With respect to Lac, NR and STA cohorts are remarkably similar over time with NTG injection (Figure 4). As lactate would be increase with increased glycolysis to meet rising cellular energy demands, the Lac trends are consistent with previous examinations of the nitroglycerin model in male rats², albeit occurring much at earlier times post-injection in females. The earlier Lac significance might be a sex-specific dose response, which is under evaluation. However, at the 2-mg/kg NTG dose, similar Lac trends are evident for NR and STA, though these fail to reach significance.
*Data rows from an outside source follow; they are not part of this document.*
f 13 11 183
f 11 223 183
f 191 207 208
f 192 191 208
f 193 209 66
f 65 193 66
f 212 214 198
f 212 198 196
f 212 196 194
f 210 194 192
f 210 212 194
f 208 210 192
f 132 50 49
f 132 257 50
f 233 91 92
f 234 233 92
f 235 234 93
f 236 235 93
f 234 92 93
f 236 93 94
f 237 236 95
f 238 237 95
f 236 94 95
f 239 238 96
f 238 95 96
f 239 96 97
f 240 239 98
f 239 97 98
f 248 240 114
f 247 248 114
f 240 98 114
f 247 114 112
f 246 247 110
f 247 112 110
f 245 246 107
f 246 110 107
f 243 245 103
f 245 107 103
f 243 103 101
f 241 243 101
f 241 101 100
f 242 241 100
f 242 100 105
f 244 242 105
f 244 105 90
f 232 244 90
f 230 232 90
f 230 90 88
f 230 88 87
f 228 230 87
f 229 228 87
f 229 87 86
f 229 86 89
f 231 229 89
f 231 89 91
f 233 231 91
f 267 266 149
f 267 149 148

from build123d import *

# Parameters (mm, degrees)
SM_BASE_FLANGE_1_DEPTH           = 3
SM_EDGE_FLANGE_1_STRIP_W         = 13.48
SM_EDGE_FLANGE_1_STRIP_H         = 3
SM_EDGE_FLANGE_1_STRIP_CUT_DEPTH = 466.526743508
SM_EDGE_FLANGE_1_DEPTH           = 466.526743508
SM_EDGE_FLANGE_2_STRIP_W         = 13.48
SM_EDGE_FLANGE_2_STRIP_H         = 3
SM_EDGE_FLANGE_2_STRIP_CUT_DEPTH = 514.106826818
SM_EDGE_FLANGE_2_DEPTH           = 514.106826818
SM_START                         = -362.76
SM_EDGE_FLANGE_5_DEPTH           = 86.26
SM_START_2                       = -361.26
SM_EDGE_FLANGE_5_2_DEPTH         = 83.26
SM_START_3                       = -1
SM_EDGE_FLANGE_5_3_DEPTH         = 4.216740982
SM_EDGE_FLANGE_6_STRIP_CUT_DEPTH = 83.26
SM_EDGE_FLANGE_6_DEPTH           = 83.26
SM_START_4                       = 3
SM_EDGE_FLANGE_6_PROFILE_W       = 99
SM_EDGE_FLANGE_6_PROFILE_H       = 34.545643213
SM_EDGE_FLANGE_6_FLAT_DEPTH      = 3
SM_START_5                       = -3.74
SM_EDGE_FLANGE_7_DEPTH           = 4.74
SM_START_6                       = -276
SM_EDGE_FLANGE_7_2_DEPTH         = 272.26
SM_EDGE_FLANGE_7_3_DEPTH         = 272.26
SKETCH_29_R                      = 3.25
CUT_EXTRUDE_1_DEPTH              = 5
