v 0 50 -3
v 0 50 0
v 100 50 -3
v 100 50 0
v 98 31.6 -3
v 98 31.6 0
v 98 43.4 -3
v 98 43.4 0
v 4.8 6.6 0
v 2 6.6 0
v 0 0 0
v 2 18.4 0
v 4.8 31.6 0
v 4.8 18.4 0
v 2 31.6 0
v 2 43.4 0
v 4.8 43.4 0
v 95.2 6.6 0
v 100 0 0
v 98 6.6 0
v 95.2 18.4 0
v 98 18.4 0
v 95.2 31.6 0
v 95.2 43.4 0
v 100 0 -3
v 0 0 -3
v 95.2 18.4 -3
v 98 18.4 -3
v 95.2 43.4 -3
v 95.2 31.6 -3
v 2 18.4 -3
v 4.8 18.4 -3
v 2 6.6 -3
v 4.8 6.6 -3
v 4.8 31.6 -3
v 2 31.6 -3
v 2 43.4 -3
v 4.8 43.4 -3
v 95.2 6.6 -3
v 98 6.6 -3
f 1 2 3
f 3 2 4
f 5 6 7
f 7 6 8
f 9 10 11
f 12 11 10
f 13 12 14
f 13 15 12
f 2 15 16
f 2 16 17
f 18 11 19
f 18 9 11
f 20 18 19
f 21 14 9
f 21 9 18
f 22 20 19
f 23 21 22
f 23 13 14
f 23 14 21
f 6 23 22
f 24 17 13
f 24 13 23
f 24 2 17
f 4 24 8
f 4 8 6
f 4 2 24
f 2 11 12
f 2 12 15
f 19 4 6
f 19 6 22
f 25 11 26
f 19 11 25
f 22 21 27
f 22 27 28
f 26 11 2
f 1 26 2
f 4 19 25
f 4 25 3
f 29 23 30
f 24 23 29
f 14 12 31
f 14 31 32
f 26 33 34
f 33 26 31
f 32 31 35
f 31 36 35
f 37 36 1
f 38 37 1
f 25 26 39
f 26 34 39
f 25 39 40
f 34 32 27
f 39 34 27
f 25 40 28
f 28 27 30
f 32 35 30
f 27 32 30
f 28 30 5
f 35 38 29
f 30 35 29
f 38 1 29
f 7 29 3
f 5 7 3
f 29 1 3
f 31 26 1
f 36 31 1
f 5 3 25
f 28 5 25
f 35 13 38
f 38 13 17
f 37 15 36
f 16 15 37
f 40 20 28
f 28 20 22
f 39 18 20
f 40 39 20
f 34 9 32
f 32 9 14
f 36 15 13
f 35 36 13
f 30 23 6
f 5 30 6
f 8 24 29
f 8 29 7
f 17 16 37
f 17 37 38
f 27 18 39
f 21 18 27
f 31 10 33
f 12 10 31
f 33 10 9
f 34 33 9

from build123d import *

# Parameters (mm, degrees)
SKETCH_1_W      = 100
SKETCH_1_H      = 50
SKETCH_1_W_2    = 2.8
SKETCH_1_H_2    = 11.8
EXTRUDE_1_DEPTH = 3


with BuildPart() as part:
    # Эскиз1 → Бобышка-Вытянуть1 (new body)
    with BuildSketch(Plane.XY):
        with Locations((50, 25)):
            Rectangle(SKETCH_1_W, SKETCH_1_H)
        with Locations((3.4, 37.5)):
            Rectangle(SKETCH_1_W_2, SKETCH_1_H_2, mode=Mode.SUBTRACT)
        with Locations((3.4, 12.5)):
            Rectangle(SKETCH_1_W_2, SKETCH_1_H_2, mode=Mode.SUBTRACT)
        with Locations((96.6, 12.5)):
            Rectangle(SKETCH_1_W_2, SKETCH_1_H_2, mode=Mode.SUBTRACT)
        with Locations((96.6, 37.5)):
            Rectangle(SKETCH_1_W_2, SKETCH_1_H_2, mode=Mode.SUBTRACT)
    extrude(amount=-EXTRUDE_1_DEPTH)


solid = part.part
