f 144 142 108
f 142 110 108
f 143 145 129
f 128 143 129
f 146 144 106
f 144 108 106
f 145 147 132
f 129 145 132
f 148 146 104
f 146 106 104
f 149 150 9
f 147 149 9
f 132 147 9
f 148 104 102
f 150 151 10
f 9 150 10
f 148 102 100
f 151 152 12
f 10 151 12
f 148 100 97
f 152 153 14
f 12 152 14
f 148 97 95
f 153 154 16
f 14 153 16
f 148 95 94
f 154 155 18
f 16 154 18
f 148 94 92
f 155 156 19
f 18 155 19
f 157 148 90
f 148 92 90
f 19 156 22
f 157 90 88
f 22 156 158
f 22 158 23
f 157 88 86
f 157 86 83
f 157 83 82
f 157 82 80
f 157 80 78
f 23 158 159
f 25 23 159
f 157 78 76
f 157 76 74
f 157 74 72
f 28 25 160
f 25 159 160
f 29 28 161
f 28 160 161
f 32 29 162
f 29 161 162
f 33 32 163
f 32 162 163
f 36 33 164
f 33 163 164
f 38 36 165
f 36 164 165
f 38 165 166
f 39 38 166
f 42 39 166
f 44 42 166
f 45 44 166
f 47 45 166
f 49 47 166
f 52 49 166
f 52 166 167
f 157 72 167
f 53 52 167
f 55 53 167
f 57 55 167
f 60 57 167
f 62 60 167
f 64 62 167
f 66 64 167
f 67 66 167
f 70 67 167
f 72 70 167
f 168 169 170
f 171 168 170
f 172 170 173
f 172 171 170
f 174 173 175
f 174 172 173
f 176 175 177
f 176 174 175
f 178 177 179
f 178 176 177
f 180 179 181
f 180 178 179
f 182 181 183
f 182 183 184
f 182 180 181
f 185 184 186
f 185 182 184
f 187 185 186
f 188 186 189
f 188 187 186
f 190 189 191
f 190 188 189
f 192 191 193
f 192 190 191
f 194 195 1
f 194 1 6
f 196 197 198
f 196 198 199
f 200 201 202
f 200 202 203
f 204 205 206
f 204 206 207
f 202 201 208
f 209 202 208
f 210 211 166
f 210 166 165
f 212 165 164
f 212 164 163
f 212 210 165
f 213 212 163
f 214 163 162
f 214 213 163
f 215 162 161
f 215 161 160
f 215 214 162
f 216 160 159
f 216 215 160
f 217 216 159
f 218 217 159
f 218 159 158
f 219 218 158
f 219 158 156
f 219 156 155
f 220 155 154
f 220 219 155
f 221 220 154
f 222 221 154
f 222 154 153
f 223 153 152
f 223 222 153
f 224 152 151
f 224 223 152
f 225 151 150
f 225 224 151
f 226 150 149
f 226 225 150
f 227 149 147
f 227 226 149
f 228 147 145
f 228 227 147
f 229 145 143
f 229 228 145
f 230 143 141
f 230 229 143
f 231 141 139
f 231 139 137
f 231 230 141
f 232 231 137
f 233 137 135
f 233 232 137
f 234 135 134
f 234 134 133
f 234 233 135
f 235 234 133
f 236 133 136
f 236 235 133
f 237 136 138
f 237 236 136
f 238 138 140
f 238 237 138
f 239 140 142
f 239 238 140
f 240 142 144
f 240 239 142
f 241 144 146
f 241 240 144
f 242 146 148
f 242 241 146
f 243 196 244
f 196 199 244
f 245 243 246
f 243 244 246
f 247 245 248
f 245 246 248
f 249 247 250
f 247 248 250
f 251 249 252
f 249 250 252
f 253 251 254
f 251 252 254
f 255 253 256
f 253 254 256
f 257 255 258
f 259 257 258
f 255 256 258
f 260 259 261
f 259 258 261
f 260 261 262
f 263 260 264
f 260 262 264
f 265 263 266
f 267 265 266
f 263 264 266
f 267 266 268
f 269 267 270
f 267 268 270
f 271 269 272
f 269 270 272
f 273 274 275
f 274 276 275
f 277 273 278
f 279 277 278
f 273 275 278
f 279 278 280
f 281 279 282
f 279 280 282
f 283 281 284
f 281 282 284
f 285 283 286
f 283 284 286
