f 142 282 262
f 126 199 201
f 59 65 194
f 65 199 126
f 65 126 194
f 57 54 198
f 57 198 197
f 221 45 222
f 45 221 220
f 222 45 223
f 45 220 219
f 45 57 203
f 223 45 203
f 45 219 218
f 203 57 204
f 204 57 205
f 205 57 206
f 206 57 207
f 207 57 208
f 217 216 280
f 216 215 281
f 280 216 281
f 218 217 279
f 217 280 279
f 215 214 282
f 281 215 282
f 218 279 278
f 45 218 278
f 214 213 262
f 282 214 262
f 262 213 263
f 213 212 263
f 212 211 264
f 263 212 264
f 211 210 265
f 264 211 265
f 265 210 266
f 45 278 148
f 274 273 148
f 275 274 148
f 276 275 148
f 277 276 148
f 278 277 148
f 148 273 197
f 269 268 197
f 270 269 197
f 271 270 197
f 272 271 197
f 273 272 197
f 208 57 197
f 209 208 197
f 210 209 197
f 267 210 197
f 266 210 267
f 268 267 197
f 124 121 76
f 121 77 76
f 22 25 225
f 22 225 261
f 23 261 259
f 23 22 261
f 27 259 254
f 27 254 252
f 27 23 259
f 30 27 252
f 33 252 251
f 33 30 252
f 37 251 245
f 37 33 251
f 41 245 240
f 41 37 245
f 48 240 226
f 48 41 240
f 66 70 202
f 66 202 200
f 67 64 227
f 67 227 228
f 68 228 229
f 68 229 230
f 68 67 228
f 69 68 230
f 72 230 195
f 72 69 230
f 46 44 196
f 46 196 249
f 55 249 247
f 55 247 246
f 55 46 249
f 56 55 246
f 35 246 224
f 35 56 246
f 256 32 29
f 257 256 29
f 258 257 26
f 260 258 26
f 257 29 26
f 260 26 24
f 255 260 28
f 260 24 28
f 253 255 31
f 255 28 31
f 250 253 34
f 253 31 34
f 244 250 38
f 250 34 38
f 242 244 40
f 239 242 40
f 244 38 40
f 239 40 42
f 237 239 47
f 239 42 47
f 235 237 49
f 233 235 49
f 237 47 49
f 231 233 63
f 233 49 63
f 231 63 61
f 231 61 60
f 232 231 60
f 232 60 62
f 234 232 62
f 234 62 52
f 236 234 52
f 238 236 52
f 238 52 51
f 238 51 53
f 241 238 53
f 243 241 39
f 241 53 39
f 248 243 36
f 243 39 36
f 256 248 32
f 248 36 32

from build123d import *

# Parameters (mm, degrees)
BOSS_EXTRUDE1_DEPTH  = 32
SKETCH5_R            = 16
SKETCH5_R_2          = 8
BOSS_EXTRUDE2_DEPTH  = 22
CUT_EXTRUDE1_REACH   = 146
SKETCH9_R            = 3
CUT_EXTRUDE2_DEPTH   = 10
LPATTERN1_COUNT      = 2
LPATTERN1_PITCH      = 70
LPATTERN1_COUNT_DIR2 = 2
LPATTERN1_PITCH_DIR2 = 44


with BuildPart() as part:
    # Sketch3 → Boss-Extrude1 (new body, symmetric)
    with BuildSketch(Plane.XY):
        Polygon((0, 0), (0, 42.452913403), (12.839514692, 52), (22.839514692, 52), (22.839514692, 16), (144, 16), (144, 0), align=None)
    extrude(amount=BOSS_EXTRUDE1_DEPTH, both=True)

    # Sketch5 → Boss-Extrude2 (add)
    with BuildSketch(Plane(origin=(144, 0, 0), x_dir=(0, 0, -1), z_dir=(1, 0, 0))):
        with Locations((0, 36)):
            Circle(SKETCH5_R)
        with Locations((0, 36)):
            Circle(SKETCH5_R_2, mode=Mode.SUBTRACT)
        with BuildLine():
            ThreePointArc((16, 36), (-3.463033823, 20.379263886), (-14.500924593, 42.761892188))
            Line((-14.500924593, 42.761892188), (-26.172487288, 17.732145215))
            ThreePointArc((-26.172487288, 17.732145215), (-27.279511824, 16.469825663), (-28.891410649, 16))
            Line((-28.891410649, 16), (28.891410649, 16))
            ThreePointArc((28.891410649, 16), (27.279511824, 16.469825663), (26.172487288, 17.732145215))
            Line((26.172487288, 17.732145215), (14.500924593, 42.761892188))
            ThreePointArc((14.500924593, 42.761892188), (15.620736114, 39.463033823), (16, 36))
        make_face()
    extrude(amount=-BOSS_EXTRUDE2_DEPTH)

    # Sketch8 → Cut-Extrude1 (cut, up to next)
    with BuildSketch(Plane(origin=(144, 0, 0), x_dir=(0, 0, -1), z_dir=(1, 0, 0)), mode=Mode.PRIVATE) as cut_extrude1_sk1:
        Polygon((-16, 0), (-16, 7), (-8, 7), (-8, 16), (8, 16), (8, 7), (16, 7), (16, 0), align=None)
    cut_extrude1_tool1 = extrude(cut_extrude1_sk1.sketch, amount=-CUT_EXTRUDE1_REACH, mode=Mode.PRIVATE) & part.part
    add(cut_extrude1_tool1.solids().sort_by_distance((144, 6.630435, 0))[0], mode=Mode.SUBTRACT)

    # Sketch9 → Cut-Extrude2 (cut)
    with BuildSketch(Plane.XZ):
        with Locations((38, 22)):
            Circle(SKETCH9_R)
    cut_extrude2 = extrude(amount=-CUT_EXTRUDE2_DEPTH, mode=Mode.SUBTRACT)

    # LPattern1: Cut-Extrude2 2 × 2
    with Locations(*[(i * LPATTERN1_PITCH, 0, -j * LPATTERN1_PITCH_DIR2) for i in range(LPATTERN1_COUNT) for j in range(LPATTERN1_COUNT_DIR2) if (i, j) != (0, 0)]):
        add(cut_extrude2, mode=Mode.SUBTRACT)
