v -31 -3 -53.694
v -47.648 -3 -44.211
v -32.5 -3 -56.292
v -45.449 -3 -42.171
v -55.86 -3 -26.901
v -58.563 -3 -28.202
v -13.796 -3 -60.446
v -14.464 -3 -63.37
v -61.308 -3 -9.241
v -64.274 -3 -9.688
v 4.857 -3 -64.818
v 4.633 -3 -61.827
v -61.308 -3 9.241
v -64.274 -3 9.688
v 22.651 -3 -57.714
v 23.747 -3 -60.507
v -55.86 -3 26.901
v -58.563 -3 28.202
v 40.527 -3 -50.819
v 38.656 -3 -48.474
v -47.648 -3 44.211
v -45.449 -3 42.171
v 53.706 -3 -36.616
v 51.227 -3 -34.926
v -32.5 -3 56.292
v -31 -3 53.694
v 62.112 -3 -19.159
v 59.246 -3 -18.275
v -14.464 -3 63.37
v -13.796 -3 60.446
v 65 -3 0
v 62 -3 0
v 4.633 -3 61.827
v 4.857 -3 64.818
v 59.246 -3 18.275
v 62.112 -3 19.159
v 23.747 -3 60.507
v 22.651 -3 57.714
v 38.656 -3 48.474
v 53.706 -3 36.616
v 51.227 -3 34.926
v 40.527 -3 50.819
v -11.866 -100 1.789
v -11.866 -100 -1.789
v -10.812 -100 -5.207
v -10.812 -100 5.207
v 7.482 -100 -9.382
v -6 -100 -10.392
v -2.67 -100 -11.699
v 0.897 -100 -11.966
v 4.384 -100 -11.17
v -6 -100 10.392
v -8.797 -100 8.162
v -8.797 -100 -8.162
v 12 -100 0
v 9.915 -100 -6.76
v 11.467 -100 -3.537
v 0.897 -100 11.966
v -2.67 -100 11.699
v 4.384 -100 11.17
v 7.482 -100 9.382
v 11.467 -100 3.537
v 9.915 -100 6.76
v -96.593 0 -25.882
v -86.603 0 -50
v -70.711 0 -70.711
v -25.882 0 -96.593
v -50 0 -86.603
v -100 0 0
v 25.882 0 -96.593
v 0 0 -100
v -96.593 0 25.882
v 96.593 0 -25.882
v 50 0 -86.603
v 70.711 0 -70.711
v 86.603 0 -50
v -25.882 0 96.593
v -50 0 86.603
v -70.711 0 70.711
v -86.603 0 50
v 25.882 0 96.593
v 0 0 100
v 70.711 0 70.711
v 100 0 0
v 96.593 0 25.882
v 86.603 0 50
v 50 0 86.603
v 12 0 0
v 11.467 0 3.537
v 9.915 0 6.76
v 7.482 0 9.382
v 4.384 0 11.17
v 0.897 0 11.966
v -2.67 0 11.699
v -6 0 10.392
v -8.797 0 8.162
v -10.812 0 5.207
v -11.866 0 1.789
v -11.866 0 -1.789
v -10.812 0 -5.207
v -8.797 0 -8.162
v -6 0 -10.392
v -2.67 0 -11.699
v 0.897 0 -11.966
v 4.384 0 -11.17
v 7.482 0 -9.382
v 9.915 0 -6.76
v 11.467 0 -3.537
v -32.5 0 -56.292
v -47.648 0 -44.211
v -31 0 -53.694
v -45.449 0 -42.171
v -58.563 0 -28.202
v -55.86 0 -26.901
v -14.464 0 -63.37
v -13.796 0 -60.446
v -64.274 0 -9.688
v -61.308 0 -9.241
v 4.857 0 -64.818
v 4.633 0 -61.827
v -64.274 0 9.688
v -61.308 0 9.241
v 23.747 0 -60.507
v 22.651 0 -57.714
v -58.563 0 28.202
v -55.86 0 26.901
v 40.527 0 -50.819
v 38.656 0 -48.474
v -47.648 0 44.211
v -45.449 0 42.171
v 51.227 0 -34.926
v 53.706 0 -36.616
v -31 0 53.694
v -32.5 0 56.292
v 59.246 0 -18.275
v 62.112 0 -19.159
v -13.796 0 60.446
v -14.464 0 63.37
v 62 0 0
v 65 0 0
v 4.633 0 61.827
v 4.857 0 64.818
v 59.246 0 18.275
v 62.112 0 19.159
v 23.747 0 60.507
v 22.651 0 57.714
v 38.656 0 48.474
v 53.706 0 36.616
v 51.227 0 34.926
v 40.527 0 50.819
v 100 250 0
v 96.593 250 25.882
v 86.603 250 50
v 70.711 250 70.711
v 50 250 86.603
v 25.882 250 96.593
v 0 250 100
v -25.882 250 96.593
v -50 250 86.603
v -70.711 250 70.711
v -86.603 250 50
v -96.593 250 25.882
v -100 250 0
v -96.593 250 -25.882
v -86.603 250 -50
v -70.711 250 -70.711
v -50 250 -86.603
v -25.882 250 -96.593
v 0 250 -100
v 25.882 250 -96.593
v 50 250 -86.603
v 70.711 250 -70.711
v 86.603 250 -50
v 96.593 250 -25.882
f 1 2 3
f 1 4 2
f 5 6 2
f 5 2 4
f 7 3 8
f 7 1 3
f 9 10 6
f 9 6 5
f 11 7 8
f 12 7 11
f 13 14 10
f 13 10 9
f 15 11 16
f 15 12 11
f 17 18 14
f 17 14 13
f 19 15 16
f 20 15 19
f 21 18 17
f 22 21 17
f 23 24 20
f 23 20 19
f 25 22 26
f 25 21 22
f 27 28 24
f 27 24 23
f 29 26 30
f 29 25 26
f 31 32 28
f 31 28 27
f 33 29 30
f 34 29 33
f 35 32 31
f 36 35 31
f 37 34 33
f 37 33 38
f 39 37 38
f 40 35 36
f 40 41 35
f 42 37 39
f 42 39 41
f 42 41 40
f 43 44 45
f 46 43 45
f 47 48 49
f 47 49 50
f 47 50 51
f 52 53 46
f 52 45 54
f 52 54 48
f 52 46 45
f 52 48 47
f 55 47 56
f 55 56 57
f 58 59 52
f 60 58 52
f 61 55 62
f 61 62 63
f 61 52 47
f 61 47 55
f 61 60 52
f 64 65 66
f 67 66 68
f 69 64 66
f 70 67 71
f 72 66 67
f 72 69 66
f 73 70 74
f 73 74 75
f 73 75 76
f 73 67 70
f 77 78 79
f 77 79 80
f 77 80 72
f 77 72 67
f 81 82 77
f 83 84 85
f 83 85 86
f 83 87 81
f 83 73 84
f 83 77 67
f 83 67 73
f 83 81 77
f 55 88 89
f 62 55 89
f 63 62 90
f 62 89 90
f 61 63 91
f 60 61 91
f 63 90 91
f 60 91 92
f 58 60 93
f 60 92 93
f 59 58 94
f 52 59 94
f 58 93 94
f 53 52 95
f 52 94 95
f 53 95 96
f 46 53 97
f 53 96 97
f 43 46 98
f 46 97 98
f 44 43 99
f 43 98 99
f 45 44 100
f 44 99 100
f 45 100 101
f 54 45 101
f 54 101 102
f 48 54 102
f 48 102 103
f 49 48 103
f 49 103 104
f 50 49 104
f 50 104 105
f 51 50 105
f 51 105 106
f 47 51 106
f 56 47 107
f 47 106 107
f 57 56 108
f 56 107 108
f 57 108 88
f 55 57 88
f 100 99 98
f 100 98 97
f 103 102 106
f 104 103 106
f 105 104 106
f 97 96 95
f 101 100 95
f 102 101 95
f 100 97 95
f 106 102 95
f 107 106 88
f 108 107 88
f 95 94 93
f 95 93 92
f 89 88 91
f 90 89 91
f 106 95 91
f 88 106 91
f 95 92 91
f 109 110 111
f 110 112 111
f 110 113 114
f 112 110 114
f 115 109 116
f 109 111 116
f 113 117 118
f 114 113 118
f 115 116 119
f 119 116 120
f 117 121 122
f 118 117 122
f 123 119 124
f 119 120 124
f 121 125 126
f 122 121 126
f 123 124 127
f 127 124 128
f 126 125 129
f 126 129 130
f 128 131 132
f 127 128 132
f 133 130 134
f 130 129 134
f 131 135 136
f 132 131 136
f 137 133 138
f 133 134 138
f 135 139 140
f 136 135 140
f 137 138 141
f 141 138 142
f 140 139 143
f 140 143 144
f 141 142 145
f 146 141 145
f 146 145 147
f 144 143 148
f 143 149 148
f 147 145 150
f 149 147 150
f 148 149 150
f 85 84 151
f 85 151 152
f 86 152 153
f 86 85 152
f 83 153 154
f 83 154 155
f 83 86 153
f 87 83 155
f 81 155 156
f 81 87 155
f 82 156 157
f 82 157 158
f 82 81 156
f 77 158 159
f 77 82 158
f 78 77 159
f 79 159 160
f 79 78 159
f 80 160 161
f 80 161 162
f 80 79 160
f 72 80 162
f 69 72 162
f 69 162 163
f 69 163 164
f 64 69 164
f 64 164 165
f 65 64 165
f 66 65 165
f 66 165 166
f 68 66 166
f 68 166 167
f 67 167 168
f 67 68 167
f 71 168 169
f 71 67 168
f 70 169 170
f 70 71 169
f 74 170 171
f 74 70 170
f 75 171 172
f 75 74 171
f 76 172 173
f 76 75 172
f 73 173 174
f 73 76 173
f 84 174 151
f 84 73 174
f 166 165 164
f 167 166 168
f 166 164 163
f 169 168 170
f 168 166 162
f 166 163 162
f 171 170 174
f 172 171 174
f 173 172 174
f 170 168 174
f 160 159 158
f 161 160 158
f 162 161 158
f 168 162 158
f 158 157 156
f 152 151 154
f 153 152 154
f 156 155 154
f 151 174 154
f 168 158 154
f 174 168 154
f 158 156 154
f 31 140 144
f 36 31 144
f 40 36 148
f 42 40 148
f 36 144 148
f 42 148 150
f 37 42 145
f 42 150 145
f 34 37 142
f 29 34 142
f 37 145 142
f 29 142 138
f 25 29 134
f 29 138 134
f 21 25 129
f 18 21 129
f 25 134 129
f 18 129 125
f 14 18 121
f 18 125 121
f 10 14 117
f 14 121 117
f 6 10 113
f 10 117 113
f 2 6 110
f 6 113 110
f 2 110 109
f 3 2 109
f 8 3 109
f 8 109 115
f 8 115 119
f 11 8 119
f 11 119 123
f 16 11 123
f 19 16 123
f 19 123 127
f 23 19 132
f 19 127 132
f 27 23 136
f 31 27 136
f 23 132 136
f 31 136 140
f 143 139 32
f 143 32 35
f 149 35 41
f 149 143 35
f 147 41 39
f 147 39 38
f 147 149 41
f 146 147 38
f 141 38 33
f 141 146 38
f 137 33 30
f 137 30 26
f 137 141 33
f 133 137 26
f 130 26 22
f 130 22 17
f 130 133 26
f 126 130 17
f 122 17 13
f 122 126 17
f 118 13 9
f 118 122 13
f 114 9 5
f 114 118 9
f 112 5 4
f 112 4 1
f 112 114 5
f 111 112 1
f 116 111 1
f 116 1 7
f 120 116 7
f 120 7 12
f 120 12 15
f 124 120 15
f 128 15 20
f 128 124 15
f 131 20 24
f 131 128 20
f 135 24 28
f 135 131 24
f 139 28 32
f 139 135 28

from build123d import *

# Parameters (mm, degrees)
F0_R     = 12
F1_DEPTH = 100
F0_R_2   = 65
F0_R_3   = 62
F2_DEPTH = 3
F0_R_4   = 100
F3_DEPTH = 250


with BuildPart() as f1:
    # F0 (on Front) → F1 (new body)
    with BuildSketch(Plane.XZ):
        Circle(F0_R)
    extrude(amount=F1_DEPTH)


with BuildPart() as f2:
    # F0 (on Front) → F2 (new body)
    with BuildSketch(Plane.XZ):
        Circle(F0_R_2)
        Circle(F0_R_3, mode=Mode.SUBTRACT)
    extrude(amount=F2_DEPTH)


with BuildPart() as f3:
    # F0 (on Front) → F3 (new body)
    with BuildSketch(Plane.XZ):
        Circle(F0_R_4)
        Circle(F0_R_2, mode=Mode.SUBTRACT)
        Circle(F0_R_2)
        Circle(F0_R_3, mode=Mode.SUBTRACT)
        Circle(F0_R_3)
        Circle(F0_R, mode=Mode.SUBTRACT)
        Circle(F0_R)
    extrude(amount=-F3_DEPTH)


solid = Compound([f1.part, f2.part, f3.part])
At the highest NTG dose employed, the only potential difference between NR and STA cohorts may be the differences in variances at certain time points.

Conclusion

RE-MRS at 21.1 T was implemented to examine the metabolic impacts of STA and its impacts on a migraine analog. In the female Sprague-Dawley thalamus, STA induced buildup of Glx and late increases in Lac. Meanwhile, the impacts of STA with NTG triggering were negligible compared to NR animals aside from possible and occasional increases in variances with STA. Notably, the STA increase in Glx with saline is largely mitigated at both NTG doses. Regardless, the impact of STA should be considered in current and future investigations involving this animal model, particularly with respect to Glx-related substrates.

Acknowledgements

This work was supported by the US NIH (R01-NS072497) and the US National High Magnetic Field Laboratory, which is supported by the National Science Foundation (DMR-1644779) and the State of Florida.